TO DO:
Copy each line of the records below, from the first through the one that contains "e7 v7 v8 LINE", exactly as written.
___ PROVIDED RECORDS
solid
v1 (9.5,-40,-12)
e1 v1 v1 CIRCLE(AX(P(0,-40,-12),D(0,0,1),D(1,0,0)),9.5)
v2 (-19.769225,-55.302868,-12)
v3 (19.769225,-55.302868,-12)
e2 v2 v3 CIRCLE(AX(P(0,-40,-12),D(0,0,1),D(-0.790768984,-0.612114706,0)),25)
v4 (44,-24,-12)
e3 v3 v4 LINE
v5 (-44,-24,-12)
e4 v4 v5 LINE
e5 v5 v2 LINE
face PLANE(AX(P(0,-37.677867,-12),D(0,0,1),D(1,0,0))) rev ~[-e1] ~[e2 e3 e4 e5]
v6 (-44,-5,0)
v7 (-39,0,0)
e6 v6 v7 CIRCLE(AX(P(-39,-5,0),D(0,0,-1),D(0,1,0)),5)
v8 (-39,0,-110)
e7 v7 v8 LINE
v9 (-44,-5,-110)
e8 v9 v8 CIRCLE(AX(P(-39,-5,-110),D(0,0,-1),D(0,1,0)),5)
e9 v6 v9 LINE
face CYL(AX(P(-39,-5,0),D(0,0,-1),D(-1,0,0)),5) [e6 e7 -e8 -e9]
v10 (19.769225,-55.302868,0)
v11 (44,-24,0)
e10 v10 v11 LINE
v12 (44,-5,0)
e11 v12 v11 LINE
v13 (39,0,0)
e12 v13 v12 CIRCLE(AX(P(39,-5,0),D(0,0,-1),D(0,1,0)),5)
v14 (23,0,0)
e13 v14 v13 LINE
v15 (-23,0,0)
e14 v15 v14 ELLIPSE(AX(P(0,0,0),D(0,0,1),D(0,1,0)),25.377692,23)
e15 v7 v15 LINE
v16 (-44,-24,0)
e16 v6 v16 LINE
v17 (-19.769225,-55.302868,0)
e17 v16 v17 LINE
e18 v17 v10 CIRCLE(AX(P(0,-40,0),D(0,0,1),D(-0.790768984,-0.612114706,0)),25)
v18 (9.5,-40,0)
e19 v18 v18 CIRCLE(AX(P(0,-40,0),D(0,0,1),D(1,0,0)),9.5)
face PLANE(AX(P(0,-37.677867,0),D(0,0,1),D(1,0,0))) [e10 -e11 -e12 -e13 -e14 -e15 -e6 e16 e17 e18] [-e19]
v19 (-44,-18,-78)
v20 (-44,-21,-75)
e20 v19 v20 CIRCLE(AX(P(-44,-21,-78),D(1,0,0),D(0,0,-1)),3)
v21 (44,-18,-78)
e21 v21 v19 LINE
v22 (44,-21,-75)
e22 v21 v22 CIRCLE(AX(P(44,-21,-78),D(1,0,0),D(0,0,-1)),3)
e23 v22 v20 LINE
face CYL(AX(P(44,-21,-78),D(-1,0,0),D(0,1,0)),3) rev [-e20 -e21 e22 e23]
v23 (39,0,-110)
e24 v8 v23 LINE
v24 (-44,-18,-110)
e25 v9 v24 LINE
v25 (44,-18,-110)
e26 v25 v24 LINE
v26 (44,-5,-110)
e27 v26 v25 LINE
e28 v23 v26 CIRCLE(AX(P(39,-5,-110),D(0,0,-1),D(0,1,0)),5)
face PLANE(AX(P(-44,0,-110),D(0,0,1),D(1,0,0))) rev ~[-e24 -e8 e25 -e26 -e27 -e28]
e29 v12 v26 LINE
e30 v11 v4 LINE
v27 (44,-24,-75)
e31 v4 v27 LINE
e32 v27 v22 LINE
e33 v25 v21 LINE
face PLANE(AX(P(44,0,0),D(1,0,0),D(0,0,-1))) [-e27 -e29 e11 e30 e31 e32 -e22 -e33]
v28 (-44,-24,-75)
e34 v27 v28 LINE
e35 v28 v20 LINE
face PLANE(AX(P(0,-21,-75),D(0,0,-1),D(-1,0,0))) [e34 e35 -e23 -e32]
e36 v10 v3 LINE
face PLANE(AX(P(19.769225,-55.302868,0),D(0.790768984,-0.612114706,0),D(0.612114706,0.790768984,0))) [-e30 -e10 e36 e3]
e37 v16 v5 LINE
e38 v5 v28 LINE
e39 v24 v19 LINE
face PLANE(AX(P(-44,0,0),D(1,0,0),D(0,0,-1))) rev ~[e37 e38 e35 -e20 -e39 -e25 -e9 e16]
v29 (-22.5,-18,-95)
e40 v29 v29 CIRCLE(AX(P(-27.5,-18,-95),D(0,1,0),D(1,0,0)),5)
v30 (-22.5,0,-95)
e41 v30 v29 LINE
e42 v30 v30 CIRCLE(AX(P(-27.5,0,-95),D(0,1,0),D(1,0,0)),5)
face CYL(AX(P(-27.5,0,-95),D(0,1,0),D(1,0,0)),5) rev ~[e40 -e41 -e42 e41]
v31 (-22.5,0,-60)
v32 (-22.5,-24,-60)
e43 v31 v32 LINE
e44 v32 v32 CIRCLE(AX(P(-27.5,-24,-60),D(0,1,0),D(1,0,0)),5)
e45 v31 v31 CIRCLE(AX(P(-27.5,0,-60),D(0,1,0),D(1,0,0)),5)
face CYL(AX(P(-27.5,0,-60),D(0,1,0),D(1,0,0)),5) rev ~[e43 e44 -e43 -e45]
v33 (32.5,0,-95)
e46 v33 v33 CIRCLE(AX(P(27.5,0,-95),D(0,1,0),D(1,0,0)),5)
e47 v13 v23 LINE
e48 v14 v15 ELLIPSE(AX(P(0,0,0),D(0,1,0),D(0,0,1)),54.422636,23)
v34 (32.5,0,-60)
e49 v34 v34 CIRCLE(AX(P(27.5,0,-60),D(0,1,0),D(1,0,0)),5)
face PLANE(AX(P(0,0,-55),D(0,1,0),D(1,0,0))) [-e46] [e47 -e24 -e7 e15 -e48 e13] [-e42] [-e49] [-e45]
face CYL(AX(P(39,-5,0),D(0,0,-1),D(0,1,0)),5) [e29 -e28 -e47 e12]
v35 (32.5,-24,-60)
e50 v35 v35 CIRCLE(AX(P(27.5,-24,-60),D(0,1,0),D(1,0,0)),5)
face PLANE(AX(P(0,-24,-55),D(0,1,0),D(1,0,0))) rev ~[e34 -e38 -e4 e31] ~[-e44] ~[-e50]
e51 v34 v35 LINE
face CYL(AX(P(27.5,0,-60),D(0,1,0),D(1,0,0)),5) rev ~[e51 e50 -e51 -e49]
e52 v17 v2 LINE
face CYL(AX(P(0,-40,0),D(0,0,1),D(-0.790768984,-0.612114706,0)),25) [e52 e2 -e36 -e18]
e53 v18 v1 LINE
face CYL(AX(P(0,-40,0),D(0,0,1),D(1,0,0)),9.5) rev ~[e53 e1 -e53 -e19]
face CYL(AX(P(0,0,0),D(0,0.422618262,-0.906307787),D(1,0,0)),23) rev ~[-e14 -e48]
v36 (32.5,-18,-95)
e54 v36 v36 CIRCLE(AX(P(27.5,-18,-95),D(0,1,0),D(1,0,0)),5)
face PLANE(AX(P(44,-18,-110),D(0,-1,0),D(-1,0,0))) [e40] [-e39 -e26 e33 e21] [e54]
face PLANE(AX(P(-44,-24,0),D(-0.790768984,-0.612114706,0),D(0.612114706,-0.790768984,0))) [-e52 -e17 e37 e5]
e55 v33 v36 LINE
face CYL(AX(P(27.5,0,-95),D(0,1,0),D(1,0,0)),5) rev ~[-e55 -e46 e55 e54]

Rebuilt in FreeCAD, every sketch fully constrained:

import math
import FreeCAD as App
import Part
import Sketcher

V = App.Vector


def edges_at(feature, points):
    """Names of the edges that pass closest to the given points."""
    edges = feature.Shape.Edges
    near = lambda p: min(range(len(edges)), key=lambda i: edges[i].distToShape(Part.Vertex(*p))[0])
    return sorted({f"Edge{near(p) + 1}" for p in points})


def add_polygon(sketch, points):
    """Adds a closed chain of lines whose ends are joined by coincident constraints."""
    first, n = sketch.GeometryCount, len(points)
    for a, b in zip(points, points[1:] + points[:1]):
        sketch.addGeometry(Part.LineSegment(App.Vector(*a, 0), App.Vector(*b, 0)), False)
    for i in range(n):
        sketch.addConstraint(Sketcher.Constraint("Coincident", first + i, 2, first + (i + 1) % n, 1))

doc = App.newDocument("Part")
body = doc.addObject("PartDesign::Body", "Body")

# Sketch on XZ plane
sketch1 = body.newObject("Sketcher::SketchObject", "Sketch")
sketch1.AttachmentSupport = (doc.getObject("XZ_Plane"), [""])
sketch1.MapMode = "FlatFace"
add_polygon(sketch1, [(-44, -110), (-44, 0), (44, 0), (44, -110)])  # lines 0-3
sketch1.addGeometry(Part.Circle(V(-28, -60, 0), V(0, 0, 1), 5), False)  # 4
sketch1.addGeometry(Part.Circle(V(28, -60, 0), V(0, 0, 1), 5), False)  # 5
sketch1.addGeometry(Part.Circle(V(-28, -95, 0), V(0, 0, 1), 5), False)  # 6
sketch1.addGeometry(Part.Circle(V(28, -95, 0), V(0, 0, 1), 5), False)  # 7
sketch1.addConstraint(Sketcher.Constraint("Vertical", 0))
sketch1.addConstraint(Sketcher.Constraint("Horizontal", 1))
sketch1.addConstraint(Sketcher.Constraint("Vertical", 2))
sketch1.addConstraint(Sketcher.Constraint("Horizontal", 3))
sketch1.addConstraint(Sketcher.Constraint("Equal", 4, 5))
sketch1.addConstraint(Sketcher.Constraint("Equal", 5, 6))
sketch1.addConstraint(Sketcher.Constraint("Equal", 6, 7))
sketch1.addConstraint(Sketcher.Constraint("Symmetric", 0, 2, 1, 2, -1, 1))
sketch1.addConstraint(Sketcher.Constraint("Symmetric", 4, 3, 5, 3, -2))
sketch1.addConstraint(Sketcher.Constraint("Symmetric", 6, 3, 7, 3, -2))
sketch1.addConstraint(Sketcher.Constraint("Vertical", 4, 3, 6, 3))
sketch1.addConstraint(Sketcher.Constraint("Diameter", 4, 10.0))
sketch1.addConstraint(Sketcher.Constraint("DistanceX", 1, 1, 1, 2, 88.0))
sketch1.addConstraint(Sketcher.Constraint("DistanceY", 0, 1, 0, 2, 110.0))
sketch1.addConstraint(Sketcher.Constraint("DistanceY", 4, 3, -1, 1, 60.0))
sketch1.addConstraint(Sketcher.Constraint("DistanceY", 6, 3, -1, 1, 95.0))
sketch1.addConstraint(Sketcher.Constraint("DistanceX", 4, 3, 5, 3, 55.0))
pad1 = body.newObject("PartDesign::Pad", "Pad")
pad1.Profile = sketch1
pad1.Length = 24

# Sketch on XY plane
sketch2 = body.newObject("Sketcher::SketchObject", "Sketch001")
sketch2.AttachmentSupport = (doc.getObject("XY_Plane"), [""])
sketch2.MapMode = "FlatFace"
sketch2.addGeometry(Part.LineSegment(V(-44, -24, 0), V(-20, -55, 0)), False)
sketch2.addGeometry(Part.ArcOfCircle(Part.Circle(V(0, -40, 0), V(0, 0, 1), 25), math.radians(-142), math.radians(-38)), False)
sketch2.addGeometry(Part.LineSegment(V(20, -55, 0), V(44, -24, 0)), False)
sketch2.addGeometry(Part.LineSegment(V(44, -24, 0), V(-44, -24, 0)), False)
sketch2.addGeometry(Part.Circle(V(0, -40, 0), V(0, 0, 1), 10), False)
sketch2.addConstraint(Sketcher.Constraint("Tangent", 0, 2, 1, 1))
sketch2.addConstraint(Sketcher.Constraint("Tangent", 1, 2, 2, 1))
sketch2.addConstraint(Sketcher.Constraint("Coincident", 2, 2, 3, 1))
sketch2.addConstraint(Sketcher.Constraint("Coincident", 3, 2, 0, 1))
sketch2.addConstraint(Sketcher.Constraint("Horizontal", 3))
sketch2.addConstraint(Sketcher.Constraint("Coincident", 4, 3, 1, 3))
sketch2.addConstraint(Sketcher.Constraint("Symmetric", 0, 2, 1, 2, -2))
sketch2.addConstraint(Sketcher.Constraint("Diameter", 4, 19.0))
sketch2.addConstraint(Sketcher.Constraint("Radius", 1, 25.0))
sketch2.addConstraint(Sketcher.Constraint("DistanceX", 3, 2, 3, 1, 88.0))
sketch2.addConstraint(Sketcher.Constraint("DistanceY", 1, 3, -1, 1, 40.0))
sketch2.addConstraint(Sketcher.Constraint("DistanceY", 2, 2, -1, 1, 24.0))
pad2 = body.newObject("PartDesign::Pad", "Pad001")
pad2.Profile = sketch2
pad2.Length = 12
pad2.Reversed = True
doc.recompute()

fillet = body.newObject("PartDesign::Fillet", "Fillet")
fillet.Base = (pad2, edges_at(pad2, [(-44, 0, -55), (44, 0, -55)]))
fillet.Radius = 5

# Sketch on XY plane
sketch3 = body.newObject("Sketcher::SketchObject", "Sketch002")
sketch3.AttachmentSupport = (doc.getObject("XY_Plane"), [""])
sketch3.MapMode = "FlatFace"
sketch3.AttachmentOffset = App.Placement(V(0, 0, -110), App.Rotation())
add_polygon(sketch3, [(44, -18), (44, -24), (-44, -24), (-44, -18)])  # lines 0-3
sketch3.addConstraint(Sketcher.Constraint("Vertical", 0))
sketch3.addConstraint(Sketcher.Constraint("Horizontal", 1))
sketch3.addConstraint(Sketcher.Constraint("Vertical", 2))
sketch3.addConstraint(Sketcher.Constraint("Horizontal", 3))
sketch3.addConstraint(Sketcher.Constraint("DistanceX", 1, 2, 1, 1, 88.0))
sketch3.addConstraint(Sketcher.Constraint("DistanceY", 0, 2, 0, 1, 6.0))
sketch3.addConstraint(Sketcher.Constraint("DistanceX", -1, 1, 0, 2, 44.0))
sketch3.addConstraint(Sketcher.Constraint("DistanceY", 0, 2, -1, 1, 24.0))
pocket1 = body.newObject("PartDesign::Pocket", "Pocket")
pocket1.Profile = sketch3
pocket1.Length = 35
pocket1.Reversed = True
doc.recompute()

fillet2 = body.newObject("PartDesign::Fillet", "Fillet001")
fillet2.Base = (pocket1, edges_at(pocket1, [(0, -18, -75)]))
fillet2.Radius = 3

# Sketch on an angled plane
sketch4 = body.newObject("Sketcher::SketchObject", "Sketch003")
sketch4.Placement = App.Placement(V(0, 0, 0), App.Rotation(V(1, 0, 0), V(0, -0.906307787, -0.422618262), V(0, 0.422618262, -0.906307787), "ZXY"))
sketch4.addGeometry(Part.Circle(V(0, 0, 0), V(0, 0, 1), 23), False)
sketch4.addConstraint(Sketcher.Constraint("Coincident", 0, 3, -1, 1))
sketch4.addConstraint(Sketcher.Constraint("Diameter", 0, 46.0))
pocket2 = body.newObject("PartDesign::Pocket", "Pocket001")
pocket2.Profile = sketch4
pocket2.Type = "ThroughAll"
pocket2.Midplane = True

doc.recompute()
______
ANSWER AREA:
solid
v1 (9.5,-40,-12)
e1 v1 v1 CIRCLE(AX(P(0,-40,-12),D(0,0,1),D(1,0,0)),9.5)
v2 (-19.769225,-55.302868,-12)
v3 (19.769225,-55.302868,-12)
e2 v2 v3 CIRCLE(AX(P(0,-40,-12),D(0,0,1),D(-0.790768984,-0.612114706,0)),25)
v4 (44,-24,-12)
e3 v3 v4 LINE
v5 (-44,-24,-12)
e4 v4 v5 LINE
e5 v5 v2 LINE
face PLANE(AX(P(0,-37.677867,-12),D(0,0,1),D(1,0,0))) rev ~[-e1] ~[e2 e3 e4 e5]
v6 (-44,-5,0)
v7 (-39,0,0)
e6 v6 v7 CIRCLE(AX(P(-39,-5,0),D(0,0,-1),D(0,1,0)),5)
v8 (-39,0,-110)
e7 v7 v8 LINE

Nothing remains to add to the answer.